The main idea is that if the term sizes steadily shrink toward zero, the partial sums overshoot and undershoot the limit by smaller and smaller amounts. On a graph, the partial sums form a zigzag path that closes in on one limiting value. If the conditions are met, the error after stopping at n terms is no larger than the size of the next term.

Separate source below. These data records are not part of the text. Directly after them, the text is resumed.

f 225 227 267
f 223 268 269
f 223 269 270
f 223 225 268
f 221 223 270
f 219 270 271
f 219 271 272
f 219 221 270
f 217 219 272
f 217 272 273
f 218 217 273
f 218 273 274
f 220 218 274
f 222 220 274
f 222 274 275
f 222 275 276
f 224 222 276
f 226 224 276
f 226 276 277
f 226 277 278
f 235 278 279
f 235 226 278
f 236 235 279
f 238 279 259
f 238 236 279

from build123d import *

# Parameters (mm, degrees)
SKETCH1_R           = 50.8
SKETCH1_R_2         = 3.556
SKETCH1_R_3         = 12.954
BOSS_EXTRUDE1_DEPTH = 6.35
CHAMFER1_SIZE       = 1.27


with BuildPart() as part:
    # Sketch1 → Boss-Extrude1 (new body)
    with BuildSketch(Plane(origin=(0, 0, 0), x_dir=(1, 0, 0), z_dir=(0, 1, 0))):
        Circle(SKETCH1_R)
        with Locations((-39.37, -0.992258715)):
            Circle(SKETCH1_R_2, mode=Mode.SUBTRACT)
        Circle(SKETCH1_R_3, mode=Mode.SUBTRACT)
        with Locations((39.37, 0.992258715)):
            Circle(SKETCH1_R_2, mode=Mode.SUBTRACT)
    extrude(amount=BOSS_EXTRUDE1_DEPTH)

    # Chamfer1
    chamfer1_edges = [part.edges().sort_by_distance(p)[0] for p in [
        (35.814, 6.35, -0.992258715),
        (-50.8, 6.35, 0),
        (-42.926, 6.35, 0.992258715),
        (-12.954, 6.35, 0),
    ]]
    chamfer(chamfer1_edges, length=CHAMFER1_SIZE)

This makes alternating series useful for approximations in calculus, such as logarithm, arctangent, and power series calculations.

Key Facts

  • An alternating series often has the form sum from n = 1 to infinity of (-1)^(n+1) b_n or (-1)^n b_n, where b_n > 0.
  • Alternating Series Test: if b_(n+1) <= b_n for all sufficiently large n and lim as n -> infinity of b_n = 0, then sum (-1)^(n+1) b_n converges.
  • The terms must decrease in size toward zero, but they do not need to decrease from the very first term if they eventually decrease.
  • Alternating Series Error Bound: if S is the true sum and S_n is the nth partial sum, then |S - S_n| <= b_(n+1).
  • For the alternating harmonic series, sum from n = 1 to infinity of (-1)^(n+1)/n converges by the test because 1/n decreases and lim as n -> infinity of 1/n = 0.
  • The Alternating Series Test proves convergence, but it does not usually give the exact value of the infinite sum.

Vocabulary

Alternating series
An infinite series whose terms change sign back and forth.
Partial sum
The sum of the first n terms of an infinite series, usually written S_n.
Convergence
A series converges when its sequence of partial sums approaches a finite number.
Remainder
The remainder is the difference between the true infinite sum and a chosen partial sum.
Monotone decreasing
A sequence is monotone decreasing when each term is less than or equal to the previous term.

Common Mistakes to Avoid

  • Forgetting to check that b_n approaches zero. A decreasing sequence of term sizes is not enough, because the terms must shrink to zero for the test to apply.
  • Testing the signed terms instead of the positive term sizes. In the Alternating Series Test, b_n represents positive magnitudes, so the decreasing condition applies to b_n, not to (-1)^n b_n.
  • Assuming convergence is absolute just because the alternating series converges. The Alternating Series Test only proves convergence of the signed series, and the related positive series may still diverge.
  • Using the wrong term in the error bound. The error after S_n is bounded by the next unused term b_(n+1), not by b_n unless the indexing has been carefully adjusted.

Practice Questions

  1. 1 Determine whether the series sum from n = 1 to infinity of (-1)^(n+1)/(3n + 2) converges by the Alternating Series Test. State the two conditions you checked.
  2. 2 For the alternating harmonic series sum from n = 1 to infinity of (-1)^(n+1)/n, how many terms are needed to guarantee an error less than 0.01 when using S_n?
  3. 3 A student says sum from n = 1 to infinity of (-1)^n n/(n + 1) should converge because the signs alternate. Explain why this reasoning is incorrect using the conditions of the Alternating Series Test.